# Which Correction values to use for RS model 33-4050?



## lexx2004 (Jun 5, 2007)

I noticed that the downloadable .cal file for this model is different from the correction values presented in a previous post (post was called "SPL Meter Correction Tables"). In the post I'm referring to, Sonnie Parker did some extensive comparisons between the old analog RS meter (33-2050), the new analog RS meter (33-4050), the RS digital meter (33-2055) and his professionally calibrated ECM8000. The findings were posted on the forum but are drastically different from the downloadable .cal file for the RS 33-4050 model. Just wondering which values to use:

Sonnie's results vs. .cal downloadable file
10 hz - +7.29 vs. +16.91
20 hz - +3.25 vs. +6.56 

Any help would be appreciated.

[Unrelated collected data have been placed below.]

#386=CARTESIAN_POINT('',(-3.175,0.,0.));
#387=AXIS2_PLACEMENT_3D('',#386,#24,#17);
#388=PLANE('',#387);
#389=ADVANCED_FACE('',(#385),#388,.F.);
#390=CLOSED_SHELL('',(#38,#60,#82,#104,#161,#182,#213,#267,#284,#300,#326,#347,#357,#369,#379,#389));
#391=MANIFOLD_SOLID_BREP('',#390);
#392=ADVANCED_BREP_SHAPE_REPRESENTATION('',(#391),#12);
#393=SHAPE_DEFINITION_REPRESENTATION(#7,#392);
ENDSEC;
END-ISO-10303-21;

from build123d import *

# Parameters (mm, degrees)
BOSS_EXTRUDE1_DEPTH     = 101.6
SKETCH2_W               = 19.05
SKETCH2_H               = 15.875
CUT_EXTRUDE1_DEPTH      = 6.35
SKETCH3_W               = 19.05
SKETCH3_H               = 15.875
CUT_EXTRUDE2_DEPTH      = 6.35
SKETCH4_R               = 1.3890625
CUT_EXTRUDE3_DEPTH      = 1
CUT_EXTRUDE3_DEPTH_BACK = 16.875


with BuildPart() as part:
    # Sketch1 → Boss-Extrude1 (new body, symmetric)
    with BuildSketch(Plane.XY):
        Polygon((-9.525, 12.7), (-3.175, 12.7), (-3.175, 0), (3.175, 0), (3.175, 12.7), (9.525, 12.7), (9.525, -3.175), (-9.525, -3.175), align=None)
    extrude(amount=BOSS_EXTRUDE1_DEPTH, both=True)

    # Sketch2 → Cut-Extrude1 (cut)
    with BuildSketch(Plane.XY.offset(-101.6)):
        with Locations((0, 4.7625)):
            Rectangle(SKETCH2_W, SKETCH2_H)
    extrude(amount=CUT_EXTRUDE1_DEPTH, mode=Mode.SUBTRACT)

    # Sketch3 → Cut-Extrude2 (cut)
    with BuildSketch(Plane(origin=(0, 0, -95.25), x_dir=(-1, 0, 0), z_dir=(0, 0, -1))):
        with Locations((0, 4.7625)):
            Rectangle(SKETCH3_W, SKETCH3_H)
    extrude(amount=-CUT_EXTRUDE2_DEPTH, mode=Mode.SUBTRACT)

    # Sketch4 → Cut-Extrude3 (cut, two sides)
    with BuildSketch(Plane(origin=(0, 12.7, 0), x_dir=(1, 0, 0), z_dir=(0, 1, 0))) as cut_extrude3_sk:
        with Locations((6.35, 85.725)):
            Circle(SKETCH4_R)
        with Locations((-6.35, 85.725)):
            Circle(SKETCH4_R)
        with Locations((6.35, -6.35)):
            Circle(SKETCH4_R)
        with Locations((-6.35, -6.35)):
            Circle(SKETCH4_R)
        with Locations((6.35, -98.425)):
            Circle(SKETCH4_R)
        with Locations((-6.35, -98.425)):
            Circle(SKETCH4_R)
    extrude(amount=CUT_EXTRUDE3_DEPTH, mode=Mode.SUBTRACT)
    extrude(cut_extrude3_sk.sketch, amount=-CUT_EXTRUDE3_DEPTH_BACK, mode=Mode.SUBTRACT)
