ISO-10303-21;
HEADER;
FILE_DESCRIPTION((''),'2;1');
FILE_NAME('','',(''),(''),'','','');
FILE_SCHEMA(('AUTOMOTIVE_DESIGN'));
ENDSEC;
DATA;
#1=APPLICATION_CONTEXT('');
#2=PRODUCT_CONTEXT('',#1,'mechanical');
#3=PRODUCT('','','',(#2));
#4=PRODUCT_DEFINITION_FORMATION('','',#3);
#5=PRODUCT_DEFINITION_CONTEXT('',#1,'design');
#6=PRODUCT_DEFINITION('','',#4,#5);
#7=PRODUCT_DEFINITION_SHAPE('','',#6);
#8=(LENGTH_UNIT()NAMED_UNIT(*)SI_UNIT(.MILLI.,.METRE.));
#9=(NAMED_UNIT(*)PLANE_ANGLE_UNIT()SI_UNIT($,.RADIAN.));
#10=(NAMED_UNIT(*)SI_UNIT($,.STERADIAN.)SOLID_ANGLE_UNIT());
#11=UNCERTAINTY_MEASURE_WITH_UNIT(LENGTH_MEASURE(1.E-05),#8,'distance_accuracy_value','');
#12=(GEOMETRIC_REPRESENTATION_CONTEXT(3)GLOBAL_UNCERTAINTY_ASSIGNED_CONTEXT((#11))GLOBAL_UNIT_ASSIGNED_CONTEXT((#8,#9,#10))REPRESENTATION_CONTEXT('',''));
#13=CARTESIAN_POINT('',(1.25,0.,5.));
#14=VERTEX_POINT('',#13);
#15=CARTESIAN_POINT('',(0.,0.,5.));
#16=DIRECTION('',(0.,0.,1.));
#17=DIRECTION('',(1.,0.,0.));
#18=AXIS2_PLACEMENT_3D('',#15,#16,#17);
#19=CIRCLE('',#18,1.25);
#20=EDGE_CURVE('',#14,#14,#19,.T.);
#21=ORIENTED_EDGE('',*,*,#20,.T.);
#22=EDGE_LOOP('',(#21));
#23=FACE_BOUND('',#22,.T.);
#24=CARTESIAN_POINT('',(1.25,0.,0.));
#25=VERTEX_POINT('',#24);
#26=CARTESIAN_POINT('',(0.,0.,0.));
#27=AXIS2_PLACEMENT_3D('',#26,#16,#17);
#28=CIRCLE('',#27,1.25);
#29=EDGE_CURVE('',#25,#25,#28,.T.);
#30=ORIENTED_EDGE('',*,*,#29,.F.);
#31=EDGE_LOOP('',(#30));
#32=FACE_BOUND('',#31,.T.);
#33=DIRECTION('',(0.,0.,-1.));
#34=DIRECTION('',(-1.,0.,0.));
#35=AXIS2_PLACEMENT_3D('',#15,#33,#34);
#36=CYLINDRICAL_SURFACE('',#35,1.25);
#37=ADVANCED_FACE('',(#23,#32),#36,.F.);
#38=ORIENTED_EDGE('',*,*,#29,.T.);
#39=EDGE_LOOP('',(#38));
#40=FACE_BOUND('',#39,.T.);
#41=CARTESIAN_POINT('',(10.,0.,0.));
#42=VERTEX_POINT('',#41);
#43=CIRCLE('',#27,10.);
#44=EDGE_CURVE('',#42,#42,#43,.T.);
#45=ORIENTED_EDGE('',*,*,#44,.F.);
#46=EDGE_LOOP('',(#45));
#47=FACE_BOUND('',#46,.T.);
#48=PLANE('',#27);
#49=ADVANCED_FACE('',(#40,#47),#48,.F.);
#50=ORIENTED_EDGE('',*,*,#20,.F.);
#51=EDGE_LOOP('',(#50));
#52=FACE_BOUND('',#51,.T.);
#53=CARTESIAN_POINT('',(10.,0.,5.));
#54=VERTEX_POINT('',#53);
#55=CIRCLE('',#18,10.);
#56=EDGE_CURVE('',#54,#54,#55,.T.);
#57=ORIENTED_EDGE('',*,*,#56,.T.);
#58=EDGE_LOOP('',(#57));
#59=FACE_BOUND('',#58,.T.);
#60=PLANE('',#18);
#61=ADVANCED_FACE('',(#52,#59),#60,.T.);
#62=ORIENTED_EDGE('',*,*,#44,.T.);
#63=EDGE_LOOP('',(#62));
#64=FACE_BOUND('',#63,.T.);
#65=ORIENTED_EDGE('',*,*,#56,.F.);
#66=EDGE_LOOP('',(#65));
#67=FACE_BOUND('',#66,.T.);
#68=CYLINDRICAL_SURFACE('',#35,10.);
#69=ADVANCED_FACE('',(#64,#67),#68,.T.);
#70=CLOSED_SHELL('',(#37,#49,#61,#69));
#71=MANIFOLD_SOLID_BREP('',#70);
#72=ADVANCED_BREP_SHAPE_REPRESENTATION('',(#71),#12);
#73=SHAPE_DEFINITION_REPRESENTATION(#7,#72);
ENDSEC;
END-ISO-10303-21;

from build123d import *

# Parameters (mm, degrees)
ESQUISSE1_R        = 10
ESQUISSE1_R_2      = 1.25
BOSS_EXTRU_1_DEPTH = 5


with BuildPart() as part:
    # Esquisse1 → Boss.-Extru.1 (new body)
    with BuildSketch(Plane.XY):
        Circle(ESQUISSE1_R)
        Circle(ESQUISSE1_R_2, mode=Mode.SUBTRACT)
    extrude(amount=BOSS_EXTRU_1_DEPTH)


solid = part.part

I realize that there is a lot of variance from one RS meter to the next, for any given model number, so I'll be upgrading to the Galaxy CM-140 eventually.


----------



## brucek (Apr 11, 2006)

Use the downloadable file. 

The cal files were changed after Sonnie sent his ECM8000 away for professional calibration. We consider them the most accurate.

brucek


----------



## lexx2004 (Jun 5, 2007)

Thanks for your help brucek.


----------